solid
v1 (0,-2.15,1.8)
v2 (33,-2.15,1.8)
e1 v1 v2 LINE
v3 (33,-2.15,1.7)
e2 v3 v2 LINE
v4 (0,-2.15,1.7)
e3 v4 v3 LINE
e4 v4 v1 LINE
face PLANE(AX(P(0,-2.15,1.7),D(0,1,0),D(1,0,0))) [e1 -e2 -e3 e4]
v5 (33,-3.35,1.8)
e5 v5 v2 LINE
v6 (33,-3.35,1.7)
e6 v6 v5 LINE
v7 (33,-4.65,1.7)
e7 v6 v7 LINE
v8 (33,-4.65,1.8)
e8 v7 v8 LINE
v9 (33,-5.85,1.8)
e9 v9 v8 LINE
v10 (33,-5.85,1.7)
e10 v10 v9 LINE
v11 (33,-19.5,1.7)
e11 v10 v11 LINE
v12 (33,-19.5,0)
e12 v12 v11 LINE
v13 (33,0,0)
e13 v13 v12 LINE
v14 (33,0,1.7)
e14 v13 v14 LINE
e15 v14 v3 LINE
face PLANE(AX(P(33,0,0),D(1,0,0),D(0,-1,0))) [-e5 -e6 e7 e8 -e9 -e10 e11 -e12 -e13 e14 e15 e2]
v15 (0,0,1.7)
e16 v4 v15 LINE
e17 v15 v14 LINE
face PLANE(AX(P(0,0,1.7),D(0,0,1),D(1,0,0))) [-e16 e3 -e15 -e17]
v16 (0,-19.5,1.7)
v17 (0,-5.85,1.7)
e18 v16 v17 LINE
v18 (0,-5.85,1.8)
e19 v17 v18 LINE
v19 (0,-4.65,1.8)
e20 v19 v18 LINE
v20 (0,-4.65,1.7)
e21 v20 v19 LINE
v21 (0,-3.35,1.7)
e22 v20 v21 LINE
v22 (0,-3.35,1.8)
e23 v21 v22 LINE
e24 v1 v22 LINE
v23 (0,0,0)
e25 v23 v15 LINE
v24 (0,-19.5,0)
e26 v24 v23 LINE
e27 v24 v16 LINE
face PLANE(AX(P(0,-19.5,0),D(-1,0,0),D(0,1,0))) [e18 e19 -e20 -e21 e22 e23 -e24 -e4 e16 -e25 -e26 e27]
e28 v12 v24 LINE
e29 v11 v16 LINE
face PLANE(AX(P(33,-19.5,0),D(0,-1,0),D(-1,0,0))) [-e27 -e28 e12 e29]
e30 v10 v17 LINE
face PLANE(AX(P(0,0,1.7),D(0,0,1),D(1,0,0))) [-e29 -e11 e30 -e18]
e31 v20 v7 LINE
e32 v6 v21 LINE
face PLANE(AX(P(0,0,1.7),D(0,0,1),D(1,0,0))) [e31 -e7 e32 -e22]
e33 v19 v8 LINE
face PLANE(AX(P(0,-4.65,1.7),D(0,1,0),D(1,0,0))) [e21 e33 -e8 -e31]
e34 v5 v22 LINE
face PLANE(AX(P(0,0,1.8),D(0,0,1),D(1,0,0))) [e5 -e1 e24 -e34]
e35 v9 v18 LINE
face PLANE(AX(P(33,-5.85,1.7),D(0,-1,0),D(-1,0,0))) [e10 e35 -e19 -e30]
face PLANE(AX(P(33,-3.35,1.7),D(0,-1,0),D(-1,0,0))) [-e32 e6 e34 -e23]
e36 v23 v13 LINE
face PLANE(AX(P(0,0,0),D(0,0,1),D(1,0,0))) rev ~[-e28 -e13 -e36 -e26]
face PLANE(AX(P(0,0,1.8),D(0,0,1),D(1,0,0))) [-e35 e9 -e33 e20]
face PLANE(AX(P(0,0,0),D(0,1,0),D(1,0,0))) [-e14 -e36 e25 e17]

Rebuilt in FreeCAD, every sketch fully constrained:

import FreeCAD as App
import Part
import Sketcher

V = App.Vector


def add_polygon(sketch, points):
    """Adds a closed chain of lines whose ends are joined by coincident constraints."""
    first, n = sketch.GeometryCount, len(points)
    for a, b in zip(points, points[1:] + points[:1]):
        sketch.addGeometry(Part.LineSegment(App.Vector(*a, 0), App.Vector(*b, 0)), False)
    for i in range(n):
        sketch.addConstraint(Sketcher.Constraint("Coincident", first + i, 2, first + (i + 1) % n, 1))

doc = App.newDocument("Part")
body = doc.addObject("PartDesign::Body", "Body")

sketch1 = body.newObject("Sketcher::SketchObject", "Sketch")
sketch1.AttachmentSupport = (doc.getObject("XY_Plane"), [""])
sketch1.MapMode = "FlatFace"
add_polygon(sketch1, [(33, 0), (0, 0), (0, -19.5), (33, -19.5)])
sketch1.addConstraint([
    Sketcher.Constraint("Horizontal", 0),
    Sketcher.Constraint("Vertical", 1),
    Sketcher.Constraint("Horizontal", 2),
    Sketcher.Constraint("Vertical", 3),
    Sketcher.Constraint("Coincident", 0, 2, -1, 1),
    Sketcher.Constraint("DistanceX", 0, 2, 0, 1, 33.0),
    Sketcher.Constraint("DistanceY", 1, 2, 1, 1, 19.5),
])
pad1 = body.newObject("PartDesign::Pad", "Pad")
pad1.Profile = sketch1
pad1.Length = 1.7

sketch2 = body.newObject("Sketcher::SketchObject", "Sketch001")
sketch2.AttachmentSupport = (doc.getObject("XY_Plane"), [""])
sketch2.MapMode = "FlatFace"
sketch2.AttachmentOffset = App.Placement(V(0, 0, 1.7), App.Rotation())
add_polygon(sketch2, [(33, -3.35), (33, -2.15), (0, -2.15), (0, -3.35)])
add_polygon(sketch2, [(33, -5.85), (33, -4.65), (0, -4.65), (0, -5.85)])
sketch2.addConstraint([
    Sketcher.Constraint("Vertical", 0),
    Sketcher.Constraint("Horizontal", 1),
    Sketcher.Constraint("Vertical", 2),
    Sketcher.Constraint("Horizontal", 3),
    Sketcher.Constraint("Vertical", 4),
    Sketcher.Constraint("Horizontal", 5),
    Sketcher.Constraint("Vertical", 6),
    Sketcher.Constraint("Horizontal", 7),
    Sketcher.Constraint("PointOnObject", 1, 2, -2),
    Sketcher.Constraint("PointOnObject", 5, 2, -2),
    Sketcher.Constraint("Vertical", 3, 2, 4, 2),
    Sketcher.Constraint("Equal", 2, 4),
    Sketcher.Constraint("DistanceY", 0, 1, 0, 2, 1.2),
    Sketcher.Constraint("DistanceY", 4, 2, 3, 2, 1.3),
    Sketcher.Constraint("DistanceX", 1, 2, 1, 1, 33.0),
    Sketcher.Constraint("DistanceY", 0, 2, -1, 1, 2.15),
])
pad2 = body.newObject("PartDesign::Pad", "Pad001")
pad2.Profile = sketch2
pad2.Length = 0.1

doc.recompute()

+ + + + + + +

**DESCRIPTION OF THE TASK:** Would you please copy, word for word, everything above from the line containing "e36 v23 v13 LINE" down to the line containing "Rebuilt in FreeCAD, every", those two lines included?

**WORKED SOLUTION:**
e36 v23 v13 LINE
face PLANE(AX(P(0,0,0),D(0,0,1),D(1,0,0))) rev ~[-e28 -e13 -e36 -e26]
face PLANE(AX(P(0,0,1.8),D(0,0,1),D(1,0,0))) [-e35 e9 -e33 e20]
face PLANE(AX(P(0,0,0),D(0,1,0),D(1,0,0))) [-e14 -e36 e25 e17]

Rebuilt in FreeCAD, every sketch fully constrained:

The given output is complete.